◆ INSTRUCTIONS FOR THE TASK: Copy every record exactly as it appears in the data below.

◆ SOURCE DATA:
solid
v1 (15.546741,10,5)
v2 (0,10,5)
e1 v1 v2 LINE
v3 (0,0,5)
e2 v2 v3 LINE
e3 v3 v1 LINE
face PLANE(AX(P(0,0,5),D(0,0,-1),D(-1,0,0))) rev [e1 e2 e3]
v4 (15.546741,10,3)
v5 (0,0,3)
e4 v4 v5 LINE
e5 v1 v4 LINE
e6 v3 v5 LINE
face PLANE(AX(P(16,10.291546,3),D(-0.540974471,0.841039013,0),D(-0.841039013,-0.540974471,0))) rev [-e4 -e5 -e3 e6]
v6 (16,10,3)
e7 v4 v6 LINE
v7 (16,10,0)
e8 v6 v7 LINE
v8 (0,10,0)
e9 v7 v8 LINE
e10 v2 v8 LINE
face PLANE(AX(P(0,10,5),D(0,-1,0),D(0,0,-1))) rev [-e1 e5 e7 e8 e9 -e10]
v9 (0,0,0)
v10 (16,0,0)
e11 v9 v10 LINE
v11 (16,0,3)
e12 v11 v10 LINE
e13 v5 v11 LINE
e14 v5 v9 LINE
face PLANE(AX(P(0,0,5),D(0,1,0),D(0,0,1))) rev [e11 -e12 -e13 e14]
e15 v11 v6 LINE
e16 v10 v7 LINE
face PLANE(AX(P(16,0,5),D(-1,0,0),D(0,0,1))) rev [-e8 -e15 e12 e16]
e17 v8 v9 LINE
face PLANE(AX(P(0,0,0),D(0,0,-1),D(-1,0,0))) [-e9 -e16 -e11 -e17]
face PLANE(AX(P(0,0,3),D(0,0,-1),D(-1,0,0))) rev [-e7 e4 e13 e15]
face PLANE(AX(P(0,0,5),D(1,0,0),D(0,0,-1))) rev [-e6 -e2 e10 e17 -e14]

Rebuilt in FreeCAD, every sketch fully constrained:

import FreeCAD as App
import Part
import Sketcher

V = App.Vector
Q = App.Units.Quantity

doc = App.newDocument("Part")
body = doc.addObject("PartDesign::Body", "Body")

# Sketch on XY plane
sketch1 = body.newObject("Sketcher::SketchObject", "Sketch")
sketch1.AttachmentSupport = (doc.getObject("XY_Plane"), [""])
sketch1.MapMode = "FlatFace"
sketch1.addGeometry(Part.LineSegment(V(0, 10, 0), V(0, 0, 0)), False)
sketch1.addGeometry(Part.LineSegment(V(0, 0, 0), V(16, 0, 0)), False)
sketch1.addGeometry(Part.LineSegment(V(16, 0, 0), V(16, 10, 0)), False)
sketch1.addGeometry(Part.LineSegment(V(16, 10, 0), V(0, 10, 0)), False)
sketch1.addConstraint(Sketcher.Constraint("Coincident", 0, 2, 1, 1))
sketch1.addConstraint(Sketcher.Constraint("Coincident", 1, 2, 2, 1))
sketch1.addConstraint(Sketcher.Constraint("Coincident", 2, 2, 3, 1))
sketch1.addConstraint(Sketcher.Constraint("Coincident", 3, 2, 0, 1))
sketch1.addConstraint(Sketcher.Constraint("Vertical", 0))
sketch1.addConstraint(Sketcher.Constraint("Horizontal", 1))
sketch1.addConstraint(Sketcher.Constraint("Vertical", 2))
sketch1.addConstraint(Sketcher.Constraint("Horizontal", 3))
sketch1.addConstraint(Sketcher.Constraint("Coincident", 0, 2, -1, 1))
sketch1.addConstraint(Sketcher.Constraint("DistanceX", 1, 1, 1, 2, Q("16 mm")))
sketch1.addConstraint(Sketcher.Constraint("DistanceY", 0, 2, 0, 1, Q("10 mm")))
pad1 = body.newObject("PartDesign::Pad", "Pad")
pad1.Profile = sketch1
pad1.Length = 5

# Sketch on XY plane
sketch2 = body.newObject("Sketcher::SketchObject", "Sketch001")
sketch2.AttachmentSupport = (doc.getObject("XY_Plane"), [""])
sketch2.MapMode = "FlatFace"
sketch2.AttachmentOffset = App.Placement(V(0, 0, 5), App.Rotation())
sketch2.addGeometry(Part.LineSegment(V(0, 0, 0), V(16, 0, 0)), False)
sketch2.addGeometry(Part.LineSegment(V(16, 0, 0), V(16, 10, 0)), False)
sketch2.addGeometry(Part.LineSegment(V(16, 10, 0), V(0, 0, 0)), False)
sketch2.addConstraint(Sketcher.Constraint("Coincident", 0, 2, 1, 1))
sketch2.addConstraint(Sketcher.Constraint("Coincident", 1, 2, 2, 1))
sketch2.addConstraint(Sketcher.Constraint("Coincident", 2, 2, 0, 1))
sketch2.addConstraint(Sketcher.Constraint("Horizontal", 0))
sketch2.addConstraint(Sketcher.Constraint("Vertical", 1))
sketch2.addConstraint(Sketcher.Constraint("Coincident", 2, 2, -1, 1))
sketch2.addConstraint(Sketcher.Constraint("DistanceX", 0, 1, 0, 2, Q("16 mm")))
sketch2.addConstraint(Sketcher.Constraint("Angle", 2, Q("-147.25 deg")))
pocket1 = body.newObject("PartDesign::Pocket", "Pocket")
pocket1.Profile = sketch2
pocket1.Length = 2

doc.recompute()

◆ RESPONSE TO THIS EXERCISE:
solid
v1 (15.546741,10,5)
v2 (0,10,5)
e1 v1 v2 LINE
v3 (0,0,5)
e2 v2 v3 LINE
e3 v3 v1 LINE
face PLANE(AX(P(0,0,5),D(0,0,-1),D(-1,0,0))) rev [e1 e2 e3]
v4 (15.546741,10,3)
v5 (0,0,3)
e4 v4 v5 LINE
e5 v1 v4 LINE
e6 v3 v5 LINE
face PLANE(AX(P(16,10.291546,3),D(-0.540974471,0.841039013,0),D(-0.841039013,-0.540974471,0))) rev [-e4 -e5 -e3 e6]
v6 (16,10,3)
e7 v4 v6 LINE
v7 (16,10,0)
e8 v6 v7 LINE
v8 (0,10,0)
e9 v7 v8 LINE
e10 v2 v8 LINE
face PLANE(AX(P(0,10,5),D(0,-1,0),D(0,0,-1))) rev [-e1 e5 e7 e8 e9 -e10]
v9 (0,0,0)
v10 (16,0,0)
e11 v9 v10 LINE
v11 (16,0,3)
e12 v11 v10 LINE
e13 v5 v11 LINE
e14 v5 v9 LINE
face PLANE(AX(P(0,0,5),D(0,1,0),D(0,0,1))) rev [e11 -e12 -e13 e14]
e15 v11 v6 LINE
e16 v10 v7 LINE
face PLANE(AX(P(16,0,5),D(-1,0,0),D(0,0,1))) rev [-e8 -e15 e12 e16]
e17 v8 v9 LINE
face PLANE(AX(P(0,0,0),D(0,0,-1),D(-1,0,0))) [-e9 -e16 -e11 -e17]
face PLANE(AX(P(0,0,3),D(0,0,-1),D(-1,0,0))) rev [-e7 e4 e13 e15]
face PLANE(AX(P(0,0,5),D(1,0,0),D(0,0,-1))) rev [-e6 -e2 e10 e17 -e14]

Rebuilt in FreeCAD, every sketch fully constrained:

import FreeCAD as App
import Part
import Sketcher

V = App.Vector
Q = App.Units.Quantity

doc = App.newDocument("Part")
body = doc.addObject("PartDesign::Body", "Body")

# Sketch on XY plane
sketch1 = body.newObject("Sketcher::SketchObject", "Sketch")
sketch1.AttachmentSupport = (doc.getObject("XY_Plane"), [""])
sketch1.MapMode = "FlatFace"
sketch1.addGeometry(Part.LineSegment(V(0, 10, 0), V(0, 0, 0)), False)
sketch1.addGeometry(Part.LineSegment(V(0, 0, 0), V(16, 0, 0)), False)
sketch1.addGeometry(Part.LineSegment(V(16, 0, 0), V(16, 10, 0)), False)
sketch1.addGeometry(Part.LineSegment(V(16, 10, 0), V(0, 10, 0)), False)
sketch1.addConstraint(Sketcher.Constraint("Coincident", 0, 2, 1, 1))
sketch1.addConstraint(Sketcher.Constraint("Coincident", 1, 2, 2, 1))
sketch1.addConstraint(Sketcher.Constraint("Coincident", 2, 2, 3, 1))
sketch1.addConstraint(Sketcher.Constraint("Coincident", 3, 2, 0, 1))
sketch1.addConstraint(Sketcher.Constraint("Vertical", 0))
sketch1.addConstraint(Sketcher.Constraint("Horizontal", 1))
sketch1.addConstraint(Sketcher.Constraint("Vertical", 2))
sketch1.addConstraint(Sketcher.Constraint("Horizontal", 3))
sketch1.addConstraint(Sketcher.Constraint("Coincident", 0, 2, -1, 1))
sketch1.addConstraint(Sketcher.Constraint("DistanceX", 1, 1, 1, 2, Q("16 mm")))
sketch1.addConstraint(Sketcher.Constraint("DistanceY", 0, 2, 0, 1, Q("10 mm")))
pad1 = body.newObject("PartDesign::Pad", "Pad")
pad1.Profile = sketch1
pad1.Length = 5

# Sketch on XY plane
sketch2 = body.newObject("Sketcher::SketchObject", "Sketch001")
sketch2.AttachmentSupport = (doc.getObject("XY_Plane"), [""])
sketch2.MapMode = "FlatFace"
sketch2.AttachmentOffset = App.Placement(V(0, 0, 5), App.Rotation())
sketch2.addGeometry(Part.LineSegment(V(0, 0, 0), V(16, 0, 0)), False)
sketch2.addGeometry(Part.LineSegment(V(16, 0, 0), V(16, 10, 0)), False)
sketch2.addGeometry(Part.LineSegment(V(16, 10, 0), V(0, 0, 0)), False)
sketch2.addConstraint(Sketcher.Constraint("Coincident", 0, 2, 1, 1))
sketch2.addConstraint(Sketcher.Constraint("Coincident", 1, 2, 2, 1))
sketch2.addConstraint(Sketcher.Constraint("Coincident", 2, 2, 0, 1))
sketch2.addConstraint(Sketcher.Constraint("Horizontal", 0))
sketch2.addConstraint(Sketcher.Constraint("Vertical", 1))
sketch2.addConstraint(Sketcher.Constraint("Coincident", 2, 2, -1, 1))
sketch2.addConstraint(Sketcher.Constraint("DistanceX", 0, 1, 0, 2, Q("16 mm")))
sketch2.addConstraint(Sketcher.Constraint("Angle", 2, Q("-147.25 deg")))
pocket1 = body.newObject("PartDesign::Pocket", "Pocket")
pocket1.Profile = sketch2
pocket1.Length = 2

doc.recompute()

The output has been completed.